Enhancing the shear strength of hollow-core slabs by using polypropylene fibres

Abstract

Experimental and numerical research studies demonstrated that the addition of fibres in correct proportions, enhances the shear behaviour of Reinforced Concrete (RC) elements, allowing to totally or partially replace the conventional web reinforcement. However, despite of this increase of knowledge about Fibre Reinforced Concrete (FRC), there is still a gap in the applicability of fibres as a shear reinforcement in certain prestressed structural elements where the use of conventional transverse reinforcement is difficult due to their manufacturing process, e.g. extruded elements in dry concrete.
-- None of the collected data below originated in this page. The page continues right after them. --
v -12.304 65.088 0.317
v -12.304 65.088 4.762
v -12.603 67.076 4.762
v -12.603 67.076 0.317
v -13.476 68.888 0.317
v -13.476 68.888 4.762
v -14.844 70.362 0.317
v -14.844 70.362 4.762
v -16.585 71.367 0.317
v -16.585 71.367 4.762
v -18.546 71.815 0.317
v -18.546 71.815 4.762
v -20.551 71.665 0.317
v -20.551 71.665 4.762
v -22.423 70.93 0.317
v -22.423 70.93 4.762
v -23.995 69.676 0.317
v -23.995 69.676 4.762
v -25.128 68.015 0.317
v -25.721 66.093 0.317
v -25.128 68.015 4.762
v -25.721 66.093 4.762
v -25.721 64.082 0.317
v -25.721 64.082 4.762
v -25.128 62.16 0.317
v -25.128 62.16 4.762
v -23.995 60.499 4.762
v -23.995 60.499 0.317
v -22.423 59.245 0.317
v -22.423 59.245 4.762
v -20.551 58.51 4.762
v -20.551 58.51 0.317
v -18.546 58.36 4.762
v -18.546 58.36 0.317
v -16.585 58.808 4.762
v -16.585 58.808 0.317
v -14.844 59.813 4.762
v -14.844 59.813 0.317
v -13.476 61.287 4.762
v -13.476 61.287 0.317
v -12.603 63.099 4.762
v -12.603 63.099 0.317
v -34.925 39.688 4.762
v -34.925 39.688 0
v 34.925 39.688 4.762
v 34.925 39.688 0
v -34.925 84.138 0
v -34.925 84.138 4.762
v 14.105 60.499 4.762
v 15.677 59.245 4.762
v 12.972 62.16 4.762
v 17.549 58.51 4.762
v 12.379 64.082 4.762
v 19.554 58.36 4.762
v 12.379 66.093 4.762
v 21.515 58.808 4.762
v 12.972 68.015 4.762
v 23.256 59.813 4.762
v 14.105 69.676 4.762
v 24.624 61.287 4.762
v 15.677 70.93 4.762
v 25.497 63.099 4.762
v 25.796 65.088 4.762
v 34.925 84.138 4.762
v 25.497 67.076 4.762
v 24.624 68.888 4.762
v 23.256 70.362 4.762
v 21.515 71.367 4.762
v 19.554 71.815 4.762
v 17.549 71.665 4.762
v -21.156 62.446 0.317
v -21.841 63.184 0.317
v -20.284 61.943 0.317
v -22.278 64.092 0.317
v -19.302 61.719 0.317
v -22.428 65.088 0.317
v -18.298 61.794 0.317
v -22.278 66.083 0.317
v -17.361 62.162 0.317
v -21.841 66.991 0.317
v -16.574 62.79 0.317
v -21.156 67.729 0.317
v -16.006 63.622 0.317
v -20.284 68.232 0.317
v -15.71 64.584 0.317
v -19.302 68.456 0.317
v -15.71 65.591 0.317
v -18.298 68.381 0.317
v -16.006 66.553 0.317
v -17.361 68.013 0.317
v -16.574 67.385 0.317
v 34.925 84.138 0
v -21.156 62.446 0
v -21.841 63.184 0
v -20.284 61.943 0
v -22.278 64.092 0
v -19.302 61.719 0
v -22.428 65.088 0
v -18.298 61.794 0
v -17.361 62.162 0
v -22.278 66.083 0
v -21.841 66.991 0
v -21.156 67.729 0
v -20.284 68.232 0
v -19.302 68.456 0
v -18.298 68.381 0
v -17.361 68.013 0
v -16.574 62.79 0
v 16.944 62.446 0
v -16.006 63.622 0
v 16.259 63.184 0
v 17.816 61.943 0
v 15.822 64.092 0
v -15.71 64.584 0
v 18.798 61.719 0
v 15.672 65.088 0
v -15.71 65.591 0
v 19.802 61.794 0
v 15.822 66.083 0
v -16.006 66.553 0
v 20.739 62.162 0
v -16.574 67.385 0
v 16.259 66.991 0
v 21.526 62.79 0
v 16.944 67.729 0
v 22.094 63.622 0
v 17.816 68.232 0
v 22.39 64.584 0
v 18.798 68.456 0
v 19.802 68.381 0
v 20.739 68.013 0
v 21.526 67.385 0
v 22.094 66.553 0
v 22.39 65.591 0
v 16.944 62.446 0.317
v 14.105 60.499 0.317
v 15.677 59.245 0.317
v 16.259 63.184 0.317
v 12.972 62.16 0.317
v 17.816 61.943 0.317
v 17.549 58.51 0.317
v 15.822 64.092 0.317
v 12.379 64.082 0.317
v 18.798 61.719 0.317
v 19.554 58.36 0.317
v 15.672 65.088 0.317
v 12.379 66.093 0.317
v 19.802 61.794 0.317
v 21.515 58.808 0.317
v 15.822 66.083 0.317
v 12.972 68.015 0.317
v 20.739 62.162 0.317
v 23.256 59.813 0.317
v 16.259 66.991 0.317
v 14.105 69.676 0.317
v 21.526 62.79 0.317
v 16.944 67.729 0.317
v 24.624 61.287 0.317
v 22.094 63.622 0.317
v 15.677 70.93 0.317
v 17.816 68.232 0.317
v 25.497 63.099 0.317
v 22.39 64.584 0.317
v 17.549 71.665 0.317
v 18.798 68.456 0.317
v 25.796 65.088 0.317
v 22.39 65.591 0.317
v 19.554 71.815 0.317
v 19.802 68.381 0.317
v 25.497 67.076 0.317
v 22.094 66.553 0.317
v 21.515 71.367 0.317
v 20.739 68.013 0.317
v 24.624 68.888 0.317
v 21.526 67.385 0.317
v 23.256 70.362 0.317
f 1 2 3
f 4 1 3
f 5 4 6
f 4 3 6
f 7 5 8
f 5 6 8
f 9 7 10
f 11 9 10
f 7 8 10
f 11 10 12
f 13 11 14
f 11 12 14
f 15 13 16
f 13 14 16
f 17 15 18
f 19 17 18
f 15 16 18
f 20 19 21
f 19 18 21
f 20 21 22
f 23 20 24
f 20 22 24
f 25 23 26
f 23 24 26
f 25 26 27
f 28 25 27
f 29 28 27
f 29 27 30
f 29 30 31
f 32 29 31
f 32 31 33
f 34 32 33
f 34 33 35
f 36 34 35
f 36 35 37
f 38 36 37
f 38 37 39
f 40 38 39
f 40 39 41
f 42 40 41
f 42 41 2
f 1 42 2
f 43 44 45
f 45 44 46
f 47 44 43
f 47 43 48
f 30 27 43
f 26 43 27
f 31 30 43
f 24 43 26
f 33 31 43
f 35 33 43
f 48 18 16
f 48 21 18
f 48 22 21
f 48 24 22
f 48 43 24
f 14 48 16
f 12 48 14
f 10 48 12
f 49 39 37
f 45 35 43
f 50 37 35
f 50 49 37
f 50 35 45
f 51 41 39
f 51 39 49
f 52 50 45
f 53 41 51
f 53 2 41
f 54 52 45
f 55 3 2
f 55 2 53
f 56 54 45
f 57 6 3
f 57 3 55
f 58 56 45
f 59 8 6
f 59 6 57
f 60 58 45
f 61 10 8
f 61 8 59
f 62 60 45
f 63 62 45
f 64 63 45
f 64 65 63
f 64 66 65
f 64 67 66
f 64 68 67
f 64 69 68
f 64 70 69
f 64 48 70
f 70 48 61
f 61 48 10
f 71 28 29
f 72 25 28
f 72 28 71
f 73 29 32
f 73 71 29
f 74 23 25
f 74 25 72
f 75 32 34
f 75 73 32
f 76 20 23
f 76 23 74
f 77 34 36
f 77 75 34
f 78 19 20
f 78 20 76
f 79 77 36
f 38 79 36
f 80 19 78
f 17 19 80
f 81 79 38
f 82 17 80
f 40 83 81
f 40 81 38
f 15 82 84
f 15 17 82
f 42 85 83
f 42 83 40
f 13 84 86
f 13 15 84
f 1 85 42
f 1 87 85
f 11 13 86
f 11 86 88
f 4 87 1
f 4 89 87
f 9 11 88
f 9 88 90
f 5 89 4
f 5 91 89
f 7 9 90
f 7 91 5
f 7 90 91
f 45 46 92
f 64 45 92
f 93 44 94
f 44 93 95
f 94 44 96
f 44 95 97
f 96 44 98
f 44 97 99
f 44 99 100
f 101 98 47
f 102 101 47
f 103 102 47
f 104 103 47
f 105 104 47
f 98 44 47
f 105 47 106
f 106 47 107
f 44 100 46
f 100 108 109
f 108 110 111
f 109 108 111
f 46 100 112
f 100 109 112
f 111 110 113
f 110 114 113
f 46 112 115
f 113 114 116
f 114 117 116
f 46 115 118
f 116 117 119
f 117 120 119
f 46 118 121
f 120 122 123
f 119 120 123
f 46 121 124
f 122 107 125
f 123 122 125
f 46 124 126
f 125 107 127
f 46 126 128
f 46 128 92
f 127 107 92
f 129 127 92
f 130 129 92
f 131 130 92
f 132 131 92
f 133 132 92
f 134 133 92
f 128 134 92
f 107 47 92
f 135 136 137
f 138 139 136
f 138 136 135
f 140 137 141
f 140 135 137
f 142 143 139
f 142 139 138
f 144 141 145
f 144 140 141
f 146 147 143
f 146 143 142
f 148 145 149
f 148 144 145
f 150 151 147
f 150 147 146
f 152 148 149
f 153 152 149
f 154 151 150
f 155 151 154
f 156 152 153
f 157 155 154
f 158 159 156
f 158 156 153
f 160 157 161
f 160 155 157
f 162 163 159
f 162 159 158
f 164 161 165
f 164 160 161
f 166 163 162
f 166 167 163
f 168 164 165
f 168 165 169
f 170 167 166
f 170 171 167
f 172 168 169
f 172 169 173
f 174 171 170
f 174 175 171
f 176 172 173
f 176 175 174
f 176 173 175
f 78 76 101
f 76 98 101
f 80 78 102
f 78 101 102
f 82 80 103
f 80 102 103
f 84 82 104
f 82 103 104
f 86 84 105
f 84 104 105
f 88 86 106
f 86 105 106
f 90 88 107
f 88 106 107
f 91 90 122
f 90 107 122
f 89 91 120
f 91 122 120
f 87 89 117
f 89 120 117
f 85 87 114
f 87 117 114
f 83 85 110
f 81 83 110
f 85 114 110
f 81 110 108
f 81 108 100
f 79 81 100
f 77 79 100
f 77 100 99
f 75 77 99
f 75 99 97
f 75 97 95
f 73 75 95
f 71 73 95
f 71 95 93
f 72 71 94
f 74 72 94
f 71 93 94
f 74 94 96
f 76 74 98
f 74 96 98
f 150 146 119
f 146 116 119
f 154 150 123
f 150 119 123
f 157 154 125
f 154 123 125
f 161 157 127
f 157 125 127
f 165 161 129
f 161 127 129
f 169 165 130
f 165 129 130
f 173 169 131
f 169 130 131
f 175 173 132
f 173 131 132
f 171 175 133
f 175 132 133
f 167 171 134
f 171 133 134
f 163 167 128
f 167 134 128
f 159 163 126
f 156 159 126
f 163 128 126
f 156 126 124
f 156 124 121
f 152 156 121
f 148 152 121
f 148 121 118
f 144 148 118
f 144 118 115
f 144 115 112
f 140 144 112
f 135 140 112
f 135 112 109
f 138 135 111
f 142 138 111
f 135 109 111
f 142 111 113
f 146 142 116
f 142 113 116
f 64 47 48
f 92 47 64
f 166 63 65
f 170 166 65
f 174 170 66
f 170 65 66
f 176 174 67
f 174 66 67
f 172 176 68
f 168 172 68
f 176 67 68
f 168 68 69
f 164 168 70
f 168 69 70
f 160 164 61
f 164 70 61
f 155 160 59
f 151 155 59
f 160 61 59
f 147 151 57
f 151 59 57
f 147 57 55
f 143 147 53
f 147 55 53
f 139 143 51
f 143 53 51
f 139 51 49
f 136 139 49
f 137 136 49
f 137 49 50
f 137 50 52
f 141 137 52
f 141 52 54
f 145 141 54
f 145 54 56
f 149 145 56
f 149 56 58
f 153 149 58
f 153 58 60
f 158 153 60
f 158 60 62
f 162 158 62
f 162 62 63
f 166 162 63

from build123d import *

# Parameters (mm, degrees)
SKETCH1_W                                         = 69.85
SKETCH1_H                                         = 44.45
EXTRUDE1_DEPTH                                    = 4.7625
CBORE_FOR_1_4_PAN_HEAD_MACHINE_SCREW1_D           = 6.7564
CBORE_FOR_1_4_PAN_HEAD_MACHINE_SCREW1_CBORE_D     = 13.49248
CBORE_FOR_1_4_PAN_HEAD_MACHINE_SCREW1_CBORE_DEPTH = 4.445


with BuildPart() as part:
    # Sketch1 → Extrude1 (new body)
    with BuildSketch(Plane.XY):
        with Locations((0, 61.9125)):
            Rectangle(SKETCH1_W, SKETCH1_H)
    extrude(amount=EXTRUDE1_DEPTH)

    # CBORE for 1/4 Pan Head Machine Screw1 (through all)
    with Locations(Plane.XY.offset(4.7625)):
        with Locations((-19.05, 65.0875), (19.05, 65.0875)):
            CounterBoreHole(CBORE_FOR_1_4_PAN_HEAD_MACHINE_SCREW1_D / 2, CBORE_FOR_1_4_PAN_HEAD_MACHINE_SCREW1_CBORE_D / 2, CBORE_FOR_1_4_PAN_HEAD_MACHINE_SCREW1_CBORE_DEPTH)


solid = part.part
In this context, the present paper evaluates the possibility of enhancing the shear strength of Hollow-Core Slabs (HCS) by using Polypropylene Fibre Reinforced Concrete (PFRC). HCS can be critical in shear at their end zones, since these zones are disturbed regions (already stressed in tension by splitting forces) in which the beneficial effects of the prestressing actions on the shear strength are not active yet. Five full-scale HCS (42 cm high, 120 cm wide and 600 cm long) were tested under shear loading (1 in RC and 4 in PFRC). Two tests were performed on each slab varying the shear-span-to-effective depth ratio (a/d = 2.8 according to EN1168 and a/d = 3.5). Results show that macro-synthetic fibres are able to improve the shear strength of hollow-core slabs of about 25%; furthermore tests according to EN1168 are more affected by arch actions as compared to a/d = 3.5. Finally, the comparison between experimental results and predictions of four international codes (Eurocode 2, ACI 318-14, Model Code 2010 and EN1168), highlighted the need of improving the actual shear formulations.